Wednesday, October 28, 2009

WTF Moment in Bible Study: Inferior

The world has standards of good and evil. But as Christians we are called upon to walk in grace...which means we must go through life forgetting that we know the knowledge of evil. The book of Job is the oldest book of the Bible, written before the Law was given to the Israelites, but.... after the world knew the knowledge of good and evil.  That's important to remember.

Here is Job, enduring all his know-it-all friends. They're telling him that certain people (hint, hint: like you, Job) get punished for their sins...and that certain other people who know the truth (hint, hint: like us wise ones) must enlighten these sinful people who're being punished for their sins.

Job's reply:
Job 12:2-4 (King James Version)
 2No doubt but ye are the people, and wisdom shall die with you.
 3But I have understanding as well as you; I am not inferior to you: yea, who knoweth not such things as these?
 4I am as one mocked of his neighbour, who calleth upon God, and he answereth him: the just upright man is laughed to scorn.

Job's friends go to "enlightening" Job again. And again he says,


Job 13
 1Lo, mine eye hath seen all this, mine ear hath heard and understood it.
 2What ye know, the same do I know also: I am not inferior unto you.
 3Surely I would speak to the Almighty, and I desire to reason with God.

When this word "inferior" pops up, it jumps up at me. Why? Because this English word "inferior" means certain things to the modern human ear. The King James translators used it four times in the Bible. The other two times is when Daniel talks about an inferior kingdom and when Paul tells the Corinthian churches they are not inferior to other churches.


I couldn't find my Vine's Dictionary to figure out what Hebrew or  Greek word was being used but from what we see in the above passage, (via the English translation) Job is dealing with people whom he thinks are behaving as if they know more about God and Job's own life than Job does. (Sorry about the length of that sentence; it's early morning.)

Job's comment reminded me of what the prophet Isaiah said about those people


 4Which remain among the graves, and lodge in the monuments, which eat swine's flesh, and broth of abominable things is in their vessels;
 5Which say, Stand by thyself, come not near to me; for I am holier than thou. These are a smoke in my nose, a fire that burneth all the day.




Isaiah 65:4-6 (King James Version)





In the case of Isaiah, the people who think they're holy are hypocrites. They're eating ham etc and shellfish et al ...yet they're still insisting on their holiness and on their being holier than other people. In Job's case, Job's friends are without the law. They're also Edomites. So they can only go on their own idea of what God is and how perfect they are by their own philosophies. They all have subtly different theologies and if you don't read carefully, you might be tempted to think they all have the same philosophy/religion. All the same, they pretty much all agree that Job needs enlightening. As Job calls them, "Miserable Comforters." But we can't really call Job's friends sinful. They didn't have the law and as St Paul said, "where there is no law, there is no imputation of sin." But they are definitely a might on the rude side.
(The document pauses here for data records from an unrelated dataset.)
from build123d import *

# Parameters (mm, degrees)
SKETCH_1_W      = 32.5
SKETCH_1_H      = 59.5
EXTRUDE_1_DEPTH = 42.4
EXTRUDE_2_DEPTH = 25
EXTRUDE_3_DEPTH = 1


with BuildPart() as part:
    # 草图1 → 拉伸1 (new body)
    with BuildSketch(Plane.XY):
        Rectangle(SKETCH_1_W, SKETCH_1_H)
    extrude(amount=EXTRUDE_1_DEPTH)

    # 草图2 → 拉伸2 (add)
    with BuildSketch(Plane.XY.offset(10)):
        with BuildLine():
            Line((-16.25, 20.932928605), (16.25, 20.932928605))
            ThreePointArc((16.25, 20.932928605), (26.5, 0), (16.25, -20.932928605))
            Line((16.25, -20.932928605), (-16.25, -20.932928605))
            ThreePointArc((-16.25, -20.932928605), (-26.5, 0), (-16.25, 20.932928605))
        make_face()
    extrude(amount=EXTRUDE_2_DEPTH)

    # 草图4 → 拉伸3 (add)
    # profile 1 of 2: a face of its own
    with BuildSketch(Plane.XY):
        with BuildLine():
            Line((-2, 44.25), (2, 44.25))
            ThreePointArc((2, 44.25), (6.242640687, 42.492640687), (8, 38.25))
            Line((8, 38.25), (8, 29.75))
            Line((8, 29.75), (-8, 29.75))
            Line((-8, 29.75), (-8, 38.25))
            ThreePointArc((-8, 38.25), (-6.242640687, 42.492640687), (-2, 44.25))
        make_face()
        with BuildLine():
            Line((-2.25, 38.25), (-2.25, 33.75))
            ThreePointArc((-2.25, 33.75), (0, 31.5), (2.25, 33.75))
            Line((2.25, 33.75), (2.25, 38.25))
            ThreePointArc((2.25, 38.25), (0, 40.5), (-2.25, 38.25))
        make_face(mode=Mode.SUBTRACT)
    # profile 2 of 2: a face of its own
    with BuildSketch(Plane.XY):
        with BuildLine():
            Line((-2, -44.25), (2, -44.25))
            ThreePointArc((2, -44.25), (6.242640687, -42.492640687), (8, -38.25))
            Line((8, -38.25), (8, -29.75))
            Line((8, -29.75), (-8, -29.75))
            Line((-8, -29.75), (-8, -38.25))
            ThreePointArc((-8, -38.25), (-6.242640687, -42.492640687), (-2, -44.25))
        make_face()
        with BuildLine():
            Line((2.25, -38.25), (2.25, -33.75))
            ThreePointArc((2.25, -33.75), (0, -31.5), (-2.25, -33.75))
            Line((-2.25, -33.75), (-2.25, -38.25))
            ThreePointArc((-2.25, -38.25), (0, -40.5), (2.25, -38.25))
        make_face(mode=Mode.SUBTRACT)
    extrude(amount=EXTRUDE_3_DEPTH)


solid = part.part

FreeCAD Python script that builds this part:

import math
import FreeCAD as App
import Part
import Sketcher
Q = App.Units.Quantity

doc = App.newDocument("Part")
body = doc.addObject("PartDesign::Body", "Body")

# Sketch on XY plane
sketch1 = body.newObject("Sketcher::SketchObject", "Sketch")
sketch1.AttachmentSupport = (doc.getObject("XY_Plane"), [""])
sketch1.MapMode = "FlatFace"
sketch1.addGeometry([
    Part.LineSegment(App.Vector(-16.25, 29.75, 0), App.Vector(-16.25, -29.75, 0)),
    Part.LineSegment(App.Vector(-16.25, -29.75, 0), App.Vector(16.25, -29.75, 0)),
    Part.LineSegment(App.Vector(16.25, -29.75, 0), App.Vector(16.25, 29.75, 0)),
    Part.LineSegment(App.Vector(16.25, 29.75, 0), App.Vector(-16.25, 29.75, 0)),
], False)
sketch1.addConstraint([
    Sketcher.Constraint("Coincident", 0, 2, 1, 1),
    Sketcher.Constraint("Coincident", 1, 2, 2, 1),
    Sketcher.Constraint("Coincident", 2, 2, 3, 1),
    Sketcher.Constraint("Coincident", 3, 2, 0, 1),
    Sketcher.Constraint("Vertical", 0),
    Sketcher.Constraint("Horizontal", 1),
    Sketcher.Constraint("Vertical", 2),
    Sketcher.Constraint("Horizontal", 3),
    Sketcher.Constraint("Symmetric", 0, 2, 2, 2, -1, 1),
    Sketcher.Constraint("DistanceX", 1, 1, 1, 2, Q("32.5 mm")),
    Sketcher.Constraint("DistanceY", 0, 2, 0, 1, Q("59.5 mm")),
])
pad1 = body.newObject("PartDesign::Pad", "Pad")
pad1.Profile = sketch1
pad1.Length = 42.4

# Sketch on XY plane
sketch2 = body.newObject("Sketcher::SketchObject", "Sketch001")
sketch2.AttachmentSupport = (doc.getObject("XY_Plane"), [""])
sketch2.MapMode = "FlatFace"
sketch2.AttachmentOffset = App.Placement(App.Vector(0, 0, 10), App.Rotation())
sketch2.addGeometry([
    Part.LineSegment(App.Vector(16.25, 20.932929, 0), App.Vector(-16.25, 20.932929, 0)),
    Part.ArcOfCircle(Part.Circle(App.Vector(0, 0, 0), App.Vector(0, 0, 1), 26.5), math.radians(127.821793), math.radians(232.178207)),
    Part.LineSegment(App.Vector(-16.25, -20.932929, 0), App.Vector(16.25, -20.932929, 0)),
    Part.ArcOfCircle(Part.Circle(App.Vector(0, 0, 0), App.Vector(0, 0, 1), 26.5), math.radians(-52.178207), math.radians(52.178207)),
], False)
sketch2.addConstraint([
    Sketcher.Constraint("Coincident", 0, 2, 1, 1),
    Sketcher.Constraint("Coincident", 1, 2, 2, 1),
    Sketcher.Constraint("Coincident", 2, 2, 3, 1),
    Sketcher.Constraint("Coincident", 3, 2, 0, 1),
    Sketcher.Constraint("Horizontal", 0),
    Sketcher.Constraint("Horizontal", 2),
    Sketcher.Constraint("Coincident", 1, 3, -1, 1),
    Sketcher.Constraint("Coincident", 3, 3, -1, 1),
    Sketcher.Constraint("Equal", 1, 3),
    Sketcher.Constraint("Vertical", 0, 2, 1, 2),
    Sketcher.Constraint("Radius", 1, Q("26.5 mm")),
    Sketcher.Constraint("DistanceX", 0, 2, 0, 1, Q("32.5 mm")),
])
pad2 = body.newObject("PartDesign::Pad", "Pad001")
pad2.Profile = sketch2
pad2.Length = 25

# Sketch on XY plane
sketch3 = body.newObject("Sketcher::SketchObject", "Sketch002")
sketch3.AttachmentSupport = (doc.getObject("XY_Plane"), [""])
sketch3.MapMode = "FlatFace"
sketch3.addGeometry([
    Part.LineSegment(App.Vector(2, 44.25, 0), App.Vector(-2, 44.25, 0)),  # 0
    Part.ArcOfCircle(Part.Circle(App.Vector(-2, 38.25, 0), App.Vector(0, 0, 1), 6), math.radians(90), math.radians(180)),  # 1
    Part.LineSegment(App.Vector(-8, 38.25, 0), App.Vector(-8, 29.75, 0)),  # 2
    Part.LineSegment(App.Vector(-8, 29.75, 0), App.Vector(8, 29.75, 0)),  # 3
    Part.LineSegment(App.Vector(8, 29.75, 0), App.Vector(8, 38.25, 0)),  # 4
    Part.ArcOfCircle(Part.Circle(App.Vector(2, 38.25, 0), App.Vector(0, 0, 1), 6), math.radians(0), math.radians(90)),  # 5
    Part.ArcOfCircle(Part.Circle(App.Vector(0, 38.25, 0), App.Vector(0, 0, 1), 2.25), math.radians(0), math.radians(180)),  # 6
    Part.LineSegment(App.Vector(2.25, 38.25, 0), App.Vector(2.25, 33.75, 0)),  # 7
    Part.ArcOfCircle(Part.Circle(App.Vector(0, 33.75, 0), App.Vector(0, 0, 1), 2.25), math.radians(180), math.radians(360)),  # 8
    Part.LineSegment(App.Vector(-2.25, 33.75, 0), App.Vector(-2.25, 38.25, 0)),  # 9
    Part.LineSegment(App.Vector(-2, -44.25, 0), App.Vector(2, -44.25, 0)),  # 10
    Part.ArcOfCircle(Part.Circle(App.Vector(2, -38.25, 0), App.Vector(0, 0, 1), 6), math.radians(-90), math.radians(0)),  # 11
    Part.LineSegment(App.Vector(8, -38.25, 0), App.Vector(8, -29.75, 0)),  # 12
    Part.LineSegment(App.Vector(8, -29.75, 0), App.Vector(-8, -29.75, 0)),  # 13
    Part.LineSegment(App.Vector(-8, -29.75, 0), App.Vector(-8, -38.25, 0)),  # 14
    Part.ArcOfCircle(Part.Circle(App.Vector(-2, -38.25, 0), App.Vector(0, 0, 1), 6), math.radians(180), math.radians(270)),  # 15
    Part.LineSegment(App.Vector(2.25, -33.75, 0), App.Vector(2.25, -38.25, 0)),  # 16
    Part.ArcOfCircle(Part.Circle(App.Vector(0, -38.25, 0), App.Vector(0, 0, 1), 2.25), math.radians(180), math.radians(360)),  # 17
    Part.LineSegment(App.Vector(-2.25, -38.25, 0), App.Vector(-2.25, -33.75, 0)),  # 18
    Part.ArcOfCircle(Part.Circle(App.Vector(0, -33.75, 0), App.Vector(0, 0, 1), 2.25), math.radians(0), math.radians(180)),  # 19
], False)
sketch3.addConstraint([
    Sketcher.Constraint("Tangent", 0, 2, 1, 1),
    Sketcher.Constraint("Tangent", 1, 2, 2, 1),
    Sketcher.Constraint("Coincident", 2, 2, 3, 1),
    Sketcher.Constraint("Coincident", 3, 2, 4, 1),
    Sketcher.Constraint("Tangent", 4, 2, 5, 1),
    Sketcher.Constraint("Tangent", 5, 2, 0, 1),
    Sketcher.Constraint("Tangent", 6, 1, 7, 1),
    Sketcher.Constraint("Tangent", 7, 2, 8, 2),
    Sketcher.Constraint("Tangent", 8, 1, 9, 1),
    Sketcher.Constraint("Tangent", 9, 2, 6, 2),
    Sketcher.Constraint("Tangent", 10, 2, 11, 1),
    Sketcher.Constraint("Tangent", 11, 2, 12, 1),
    Sketcher.Constraint("Coincident", 12, 2, 13, 1),
    Sketcher.Constraint("Coincident", 13, 2, 14, 1),
    Sketcher.Constraint("Tangent", 14, 2, 15, 1),
    Sketcher.Constraint("Tangent", 15, 2, 10, 1),
    Sketcher.Constraint("Tangent", 16, 2, 17, 2),
    Sketcher.Constraint("Tangent", 17, 1, 18, 1),
    Sketcher.Constraint("Tangent", 18, 2, 19, 2),
    Sketcher.Constraint("Tangent", 19, 1, 16, 1),
    Sketcher.Constraint("Horizontal", 0),
    Sketcher.Constraint("Vertical", 2),
    Sketcher.Constraint("Horizontal", 3),
    Sketcher.Constraint("Vertical", 4),
    Sketcher.Constraint("Vertical", 7),
    Sketcher.Constraint("Vertical", 9),
    Sketcher.Constraint("Horizontal", 10),
    Sketcher.Constraint("Vertical", 12),
    Sketcher.Constraint("Horizontal", 13),
    Sketcher.Constraint("Vertical", 14),
    Sketcher.Constraint("Vertical", 16),
    Sketcher.Constraint("Vertical", 18),
    Sketcher.Constraint("Equal", 1, 5),
    Sketcher.Constraint("Equal", 5, 11),
    Sketcher.Constraint("Equal", 11, 15),
    Sketcher.Constraint("Equal", 8, 17),
    Sketcher.Constraint("Symmetric", 1, 3, 11, 3, -1, 1),
    Sketcher.Constraint("Symmetric", 6, 3, 17, 3, -1, 1),
    Sketcher.Constraint("Symmetric", 3, 2, 13, 2, -1, 1),
    Sketcher.Constraint("Symmetric", 8, 3, 19, 3, -1),
    Sketcher.Constraint("Horizontal", 5, 3, 6, 3),
    Sketcher.Constraint("Vertical", 5, 3, 11, 3),
    Sketcher.Constraint("Radius", 1, Q("6 mm")),
    Sketcher.Constraint("DistanceX", 0, 2, 0, 1, Q("4 mm")),
    Sketcher.Constraint("Radius", 6, Q("2.25 mm")),
    Sketcher.Constraint("DistanceY", 2, 2, 2, 1, Q("8.5 mm")),
    Sketcher.Constraint("DistanceY", 7, 2, 7, 1, Q("4.5 mm")),
    Sketcher.Constraint("DistanceY", 11, 3, 8, 3, Q("72 mm")),
])
pad3 = body.newObject("PartDesign::Pad", "Pad002")
pad3.Profile = sketch3
pad3.Length = 1

doc.recompute()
Another instance of spiritual people behaving badly towards those suffering and who think they know what is going on in someone else's mind is in this parable that Jesus.

Luke 18:10-12 (King James Version)

 10Two men went up into the temple to pray; the one a Pharisee, and the other a publican.
 11The Pharisee stood and prayed thus with himself, God, I thank thee, that I am not as other men are, extortioners, unjust, adulterers, or even as this publican.
 12I fast twice in the week, I give tithes of all that I possess.
It shows that it doesn't really matter what religion or non-religion a person professes, there is this weird thing in the human soul that likes feeling superior to someone else. And this weird thing in the human soul tends to come out -- weirdly-- when another person is suffering. How strange we humans are!

The weird thing is that Job was spiritually okay until his friends showed up. If his friends hadn't attempted to "comfort him" with their platitudes, he probably wouldn't have gotten so bitter. From the time we humans learned the knowledge of good and evil, we have learned to see the evil in other people. Once that happens, both the offended and the offender have fallen into trouble. The spirit of legalism -- the law-- leads to the leaven of the Pharisees which is this is right, this is wrong. It leads to criticism. But in the offended person, it leads to bitterness and offense.  The bait of Satan is offense. Offense occurs when we tell someone they are not doing something according to our knowledge of good and evil. Cain was offended. Job was offended. I have been offended. The ability to see the wrongs in other people is just as bad as lust...and so many people who spout platitudes think they're comforting when what they're doing is adding offense.  As people under grace, we have to avoid giving offense. And we have to avoid anger and bitterness when others offend us.

Romans 14: Who are you to judge God's servant? God will enlighten his servants.